======== Supplied data ========

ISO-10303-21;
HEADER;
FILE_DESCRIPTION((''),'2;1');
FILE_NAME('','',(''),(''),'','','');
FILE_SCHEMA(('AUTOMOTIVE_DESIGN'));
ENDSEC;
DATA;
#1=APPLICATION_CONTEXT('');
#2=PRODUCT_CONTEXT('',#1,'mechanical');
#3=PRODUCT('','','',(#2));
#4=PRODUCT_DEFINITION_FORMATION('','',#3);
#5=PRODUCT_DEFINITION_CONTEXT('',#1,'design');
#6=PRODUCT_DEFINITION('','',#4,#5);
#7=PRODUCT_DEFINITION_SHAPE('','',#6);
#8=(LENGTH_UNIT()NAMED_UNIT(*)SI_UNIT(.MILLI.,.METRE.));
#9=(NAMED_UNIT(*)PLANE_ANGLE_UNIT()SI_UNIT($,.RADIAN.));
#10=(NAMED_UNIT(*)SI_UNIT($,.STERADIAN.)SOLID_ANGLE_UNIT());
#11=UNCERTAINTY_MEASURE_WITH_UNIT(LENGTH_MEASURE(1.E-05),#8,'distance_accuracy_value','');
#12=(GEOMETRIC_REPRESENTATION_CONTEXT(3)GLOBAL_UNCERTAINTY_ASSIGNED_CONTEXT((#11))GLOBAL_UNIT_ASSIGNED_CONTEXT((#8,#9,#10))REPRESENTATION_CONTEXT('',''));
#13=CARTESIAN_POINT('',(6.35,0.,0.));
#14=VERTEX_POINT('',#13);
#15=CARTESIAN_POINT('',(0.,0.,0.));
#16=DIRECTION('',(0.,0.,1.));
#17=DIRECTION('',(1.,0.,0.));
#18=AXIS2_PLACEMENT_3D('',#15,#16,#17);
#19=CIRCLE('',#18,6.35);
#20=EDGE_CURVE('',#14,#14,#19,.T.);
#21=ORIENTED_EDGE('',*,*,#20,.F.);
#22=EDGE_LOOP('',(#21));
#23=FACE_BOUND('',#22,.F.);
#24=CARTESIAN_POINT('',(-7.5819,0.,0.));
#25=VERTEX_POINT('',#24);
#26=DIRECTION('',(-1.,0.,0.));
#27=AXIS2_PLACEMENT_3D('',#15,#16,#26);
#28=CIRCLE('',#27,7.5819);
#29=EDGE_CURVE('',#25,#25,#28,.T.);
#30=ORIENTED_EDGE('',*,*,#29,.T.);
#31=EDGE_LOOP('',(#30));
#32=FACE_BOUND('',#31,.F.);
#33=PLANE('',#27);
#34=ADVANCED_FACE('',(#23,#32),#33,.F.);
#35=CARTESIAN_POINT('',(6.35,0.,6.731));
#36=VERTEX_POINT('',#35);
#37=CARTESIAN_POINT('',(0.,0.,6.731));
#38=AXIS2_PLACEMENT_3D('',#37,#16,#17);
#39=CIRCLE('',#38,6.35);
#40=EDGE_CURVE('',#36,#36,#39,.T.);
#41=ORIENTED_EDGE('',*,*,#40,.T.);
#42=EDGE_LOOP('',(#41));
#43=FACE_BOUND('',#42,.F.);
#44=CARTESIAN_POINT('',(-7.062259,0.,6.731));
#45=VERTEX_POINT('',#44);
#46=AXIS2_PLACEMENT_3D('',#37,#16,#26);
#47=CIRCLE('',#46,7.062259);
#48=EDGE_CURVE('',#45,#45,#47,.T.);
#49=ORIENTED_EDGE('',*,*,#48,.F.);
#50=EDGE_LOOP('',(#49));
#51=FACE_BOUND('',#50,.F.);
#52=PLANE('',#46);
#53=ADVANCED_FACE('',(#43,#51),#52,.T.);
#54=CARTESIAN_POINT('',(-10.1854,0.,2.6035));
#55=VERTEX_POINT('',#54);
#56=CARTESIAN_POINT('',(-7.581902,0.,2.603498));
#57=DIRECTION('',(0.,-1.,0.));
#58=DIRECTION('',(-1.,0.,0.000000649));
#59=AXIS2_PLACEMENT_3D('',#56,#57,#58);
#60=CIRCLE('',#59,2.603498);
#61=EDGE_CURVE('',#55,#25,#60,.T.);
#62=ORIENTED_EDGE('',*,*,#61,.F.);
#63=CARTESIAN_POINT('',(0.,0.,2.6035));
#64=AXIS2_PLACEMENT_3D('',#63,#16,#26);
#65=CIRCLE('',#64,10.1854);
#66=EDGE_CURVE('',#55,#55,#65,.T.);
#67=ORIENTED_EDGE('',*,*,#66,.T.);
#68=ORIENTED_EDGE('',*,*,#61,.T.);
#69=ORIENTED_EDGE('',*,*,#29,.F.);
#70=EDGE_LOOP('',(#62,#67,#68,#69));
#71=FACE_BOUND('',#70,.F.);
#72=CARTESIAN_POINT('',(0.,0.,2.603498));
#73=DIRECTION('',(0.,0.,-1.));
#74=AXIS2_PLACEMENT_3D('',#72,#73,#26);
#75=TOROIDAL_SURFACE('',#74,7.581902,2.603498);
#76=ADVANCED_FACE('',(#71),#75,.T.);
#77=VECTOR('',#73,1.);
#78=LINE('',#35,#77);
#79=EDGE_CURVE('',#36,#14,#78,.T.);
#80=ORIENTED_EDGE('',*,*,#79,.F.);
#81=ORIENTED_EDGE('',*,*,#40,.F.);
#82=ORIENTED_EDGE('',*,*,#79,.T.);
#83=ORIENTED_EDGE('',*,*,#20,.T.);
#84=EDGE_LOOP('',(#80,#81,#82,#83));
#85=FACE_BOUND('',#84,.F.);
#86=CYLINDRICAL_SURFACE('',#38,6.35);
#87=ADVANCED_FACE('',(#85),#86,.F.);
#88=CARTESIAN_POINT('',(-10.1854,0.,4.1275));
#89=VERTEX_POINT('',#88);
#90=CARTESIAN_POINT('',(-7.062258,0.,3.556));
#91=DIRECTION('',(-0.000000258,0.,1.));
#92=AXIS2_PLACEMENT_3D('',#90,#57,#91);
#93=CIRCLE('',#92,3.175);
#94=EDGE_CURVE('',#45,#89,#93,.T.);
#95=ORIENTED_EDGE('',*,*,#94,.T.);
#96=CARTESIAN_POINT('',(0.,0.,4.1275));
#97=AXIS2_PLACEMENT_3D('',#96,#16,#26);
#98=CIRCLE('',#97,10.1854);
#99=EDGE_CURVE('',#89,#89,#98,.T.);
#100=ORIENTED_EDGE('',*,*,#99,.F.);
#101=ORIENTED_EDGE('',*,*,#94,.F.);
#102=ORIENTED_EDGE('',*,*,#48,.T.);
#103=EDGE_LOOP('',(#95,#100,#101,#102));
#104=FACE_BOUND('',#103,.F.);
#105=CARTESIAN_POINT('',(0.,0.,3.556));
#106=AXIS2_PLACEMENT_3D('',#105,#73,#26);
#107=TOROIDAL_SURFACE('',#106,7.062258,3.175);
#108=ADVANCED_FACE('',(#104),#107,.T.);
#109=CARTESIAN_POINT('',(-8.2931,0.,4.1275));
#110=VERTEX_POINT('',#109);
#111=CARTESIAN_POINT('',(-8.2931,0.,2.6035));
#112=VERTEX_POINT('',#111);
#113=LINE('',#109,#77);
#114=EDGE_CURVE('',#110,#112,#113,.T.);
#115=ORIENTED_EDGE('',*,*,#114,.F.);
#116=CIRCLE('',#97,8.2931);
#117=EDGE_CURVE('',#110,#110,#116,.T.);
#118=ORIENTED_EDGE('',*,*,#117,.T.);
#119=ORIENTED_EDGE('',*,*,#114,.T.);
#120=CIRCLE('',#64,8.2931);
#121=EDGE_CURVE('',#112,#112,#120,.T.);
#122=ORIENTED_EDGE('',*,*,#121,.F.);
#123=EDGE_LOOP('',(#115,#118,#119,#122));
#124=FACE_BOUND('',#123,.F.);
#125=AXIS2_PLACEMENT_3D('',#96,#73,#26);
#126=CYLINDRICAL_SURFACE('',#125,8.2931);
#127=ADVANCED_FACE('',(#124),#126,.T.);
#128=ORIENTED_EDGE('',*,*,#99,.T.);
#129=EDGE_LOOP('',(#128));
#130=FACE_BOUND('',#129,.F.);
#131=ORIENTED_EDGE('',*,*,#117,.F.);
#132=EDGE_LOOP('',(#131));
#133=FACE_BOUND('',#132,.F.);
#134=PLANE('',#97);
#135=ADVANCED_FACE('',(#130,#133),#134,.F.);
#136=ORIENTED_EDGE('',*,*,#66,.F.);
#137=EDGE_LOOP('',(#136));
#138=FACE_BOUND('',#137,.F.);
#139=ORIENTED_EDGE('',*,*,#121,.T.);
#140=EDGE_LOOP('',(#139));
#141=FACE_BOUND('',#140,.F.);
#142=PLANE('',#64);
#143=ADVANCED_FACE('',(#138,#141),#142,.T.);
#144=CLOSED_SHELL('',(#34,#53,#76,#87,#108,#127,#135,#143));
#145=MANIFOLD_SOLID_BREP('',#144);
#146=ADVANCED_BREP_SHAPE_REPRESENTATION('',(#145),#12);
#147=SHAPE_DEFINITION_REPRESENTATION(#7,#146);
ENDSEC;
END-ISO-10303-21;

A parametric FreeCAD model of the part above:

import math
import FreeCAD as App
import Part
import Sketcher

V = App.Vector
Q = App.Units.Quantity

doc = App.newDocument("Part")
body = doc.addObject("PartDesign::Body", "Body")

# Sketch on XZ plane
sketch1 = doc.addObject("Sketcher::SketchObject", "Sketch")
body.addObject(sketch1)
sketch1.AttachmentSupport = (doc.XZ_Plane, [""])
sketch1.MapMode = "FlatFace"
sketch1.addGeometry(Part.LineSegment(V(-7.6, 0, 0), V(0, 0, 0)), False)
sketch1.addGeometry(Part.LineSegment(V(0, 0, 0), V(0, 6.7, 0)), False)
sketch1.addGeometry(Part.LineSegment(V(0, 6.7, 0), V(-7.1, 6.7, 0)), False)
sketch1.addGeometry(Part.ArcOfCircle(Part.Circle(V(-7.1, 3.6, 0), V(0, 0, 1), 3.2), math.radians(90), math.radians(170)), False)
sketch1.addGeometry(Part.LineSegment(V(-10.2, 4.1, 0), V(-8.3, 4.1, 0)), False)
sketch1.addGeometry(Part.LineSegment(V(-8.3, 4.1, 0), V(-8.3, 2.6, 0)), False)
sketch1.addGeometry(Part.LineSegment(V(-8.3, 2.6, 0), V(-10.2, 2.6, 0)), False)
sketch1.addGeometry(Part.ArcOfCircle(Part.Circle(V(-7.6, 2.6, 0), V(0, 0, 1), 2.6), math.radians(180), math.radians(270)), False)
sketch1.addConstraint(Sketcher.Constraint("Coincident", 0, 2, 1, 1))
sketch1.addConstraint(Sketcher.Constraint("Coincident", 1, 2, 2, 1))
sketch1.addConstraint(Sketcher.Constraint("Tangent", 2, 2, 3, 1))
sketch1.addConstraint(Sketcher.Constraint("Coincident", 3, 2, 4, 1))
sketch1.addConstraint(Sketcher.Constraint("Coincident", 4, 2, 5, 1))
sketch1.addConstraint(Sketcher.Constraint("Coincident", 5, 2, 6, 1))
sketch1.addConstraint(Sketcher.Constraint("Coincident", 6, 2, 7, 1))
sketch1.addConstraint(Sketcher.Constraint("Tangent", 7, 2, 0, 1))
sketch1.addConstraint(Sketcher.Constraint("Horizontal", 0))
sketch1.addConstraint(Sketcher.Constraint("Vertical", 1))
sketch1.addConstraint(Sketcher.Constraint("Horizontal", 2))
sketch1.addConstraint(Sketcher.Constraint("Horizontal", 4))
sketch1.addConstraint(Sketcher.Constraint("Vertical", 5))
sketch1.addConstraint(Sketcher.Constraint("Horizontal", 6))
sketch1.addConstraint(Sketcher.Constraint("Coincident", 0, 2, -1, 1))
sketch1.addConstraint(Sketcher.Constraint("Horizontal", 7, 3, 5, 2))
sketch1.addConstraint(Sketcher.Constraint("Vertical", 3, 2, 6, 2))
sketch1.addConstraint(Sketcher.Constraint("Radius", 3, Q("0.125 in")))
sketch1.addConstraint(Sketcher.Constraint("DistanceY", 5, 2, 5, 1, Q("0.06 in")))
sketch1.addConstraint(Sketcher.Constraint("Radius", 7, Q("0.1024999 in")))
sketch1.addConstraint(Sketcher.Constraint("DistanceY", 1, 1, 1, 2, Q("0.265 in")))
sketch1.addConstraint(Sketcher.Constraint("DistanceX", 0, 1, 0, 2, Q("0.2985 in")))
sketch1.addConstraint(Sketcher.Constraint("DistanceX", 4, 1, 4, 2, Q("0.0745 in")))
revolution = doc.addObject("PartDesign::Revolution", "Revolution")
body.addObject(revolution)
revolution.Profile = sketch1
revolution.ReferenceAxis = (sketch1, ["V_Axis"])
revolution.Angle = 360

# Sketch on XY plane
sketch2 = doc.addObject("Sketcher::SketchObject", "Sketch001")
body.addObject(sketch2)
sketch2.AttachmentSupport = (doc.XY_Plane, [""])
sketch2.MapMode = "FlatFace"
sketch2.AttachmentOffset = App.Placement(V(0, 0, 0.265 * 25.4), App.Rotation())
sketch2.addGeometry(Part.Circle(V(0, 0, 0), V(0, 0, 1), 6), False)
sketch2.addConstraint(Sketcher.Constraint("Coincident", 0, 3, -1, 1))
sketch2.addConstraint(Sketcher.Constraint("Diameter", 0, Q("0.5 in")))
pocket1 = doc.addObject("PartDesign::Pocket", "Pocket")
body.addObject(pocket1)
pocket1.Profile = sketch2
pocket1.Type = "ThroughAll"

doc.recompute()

========

◆ **Task details**
Within the material above, extract exactly the lines that start at the line containing "#3=PRODUCT('','','',(#2));" and stop after the line containing "#55=VERTEX_POINT('',#54);", and only those.

◆ **Written response**
#3=PRODUCT('','','',(#2));
#4=PRODUCT_DEFINITION_FORMATION('','',#3);
#5=PRODUCT_DEFINITION_CONTEXT('',#1,'design');
#6=PRODUCT_DEFINITION('','',#4,#5);
#7=PRODUCT_DEFINITION_SHAPE('','',#6);
#8=(LENGTH_UNIT()NAMED_UNIT(*)SI_UNIT(.MILLI.,.METRE.));
#9=(NAMED_UNIT(*)PLANE_ANGLE_UNIT()SI_UNIT($,.RADIAN.));
#10=(NAMED_UNIT(*)SI_UNIT($,.STERADIAN.)SOLID_ANGLE_UNIT());
#11=UNCERTAINTY_MEASURE_WITH_UNIT(LENGTH_MEASURE(1.E-05),#8,'distance_accuracy_value','');
#12=(GEOMETRIC_REPRESENTATION_CONTEXT(3)GLOBAL_UNCERTAINTY_ASSIGNED_CONTEXT((#11))GLOBAL_UNIT_ASSIGNED_CONTEXT((#8,#9,#10))REPRESENTATION_CONTEXT('',''));
#13=CARTESIAN_POINT('',(6.35,0.,0.));
#14=VERTEX_POINT('',#13);
#15=CARTESIAN_POINT('',(0.,0.,0.));
#16=DIRECTION('',(0.,0.,1.));
#17=DIRECTION('',(1.,0.,0.));
#18=AXIS2_PLACEMENT_3D('',#15,#16,#17);
#19=CIRCLE('',#18,6.35);
#20=EDGE_CURVE('',#14,#14,#19,.T.);
#21=ORIENTED_EDGE('',*,*,#20,.F.);
#22=EDGE_LOOP('',(#21));
#23=FACE_BOUND('',#22,.F.);
#24=CARTESIAN_POINT('',(-7.5819,0.,0.));
#25=VERTEX_POINT('',#24);
#26=DIRECTION('',(-1.,0.,0.));
#27=AXIS2_PLACEMENT_3D('',#15,#16,#26);
#28=CIRCLE('',#27,7.5819);
#29=EDGE_CURVE('',#25,#25,#28,.T.);
#30=ORIENTED_EDGE('',*,*,#29,.T.);
#31=EDGE_LOOP('',(#30));
#32=FACE_BOUND('',#31,.F.);
#33=PLANE('',#27);
#34=ADVANCED_FACE('',(#23,#32),#33,.F.);
#35=CARTESIAN_POINT('',(6.35,0.,6.731));
#36=VERTEX_POINT('',#35);
#37=CARTESIAN_POINT('',(0.,0.,6.731));
#38=AXIS2_PLACEMENT_3D('',#37,#16,#17);
#39=CIRCLE('',#38,6.35);
#40=EDGE_CURVE('',#36,#36,#39,.T.);
#41=ORIENTED_EDGE('',*,*,#40,.T.);
#42=EDGE_LOOP('',(#41));
#43=FACE_BOUND('',#42,.F.);
#44=CARTESIAN_POINT('',(-7.062259,0.,6.731));
#45=VERTEX_POINT('',#44);
#46=AXIS2_PLACEMENT_3D('',#37,#16,#26);
#47=CIRCLE('',#46,7.062259);
#48=EDGE_CURVE('',#45,#45,#47,.T.);
#49=ORIENTED_EDGE('',*,*,#48,.F.);
#50=EDGE_LOOP('',(#49));
#51=FACE_BOUND('',#50,.F.);
#52=PLANE('',#46);
#53=ADVANCED_FACE('',(#43,#51),#52,.T.);
#54=CARTESIAN_POINT('',(-10.1854,0.,2.6035));
#55=VERTEX_POINT('',#54);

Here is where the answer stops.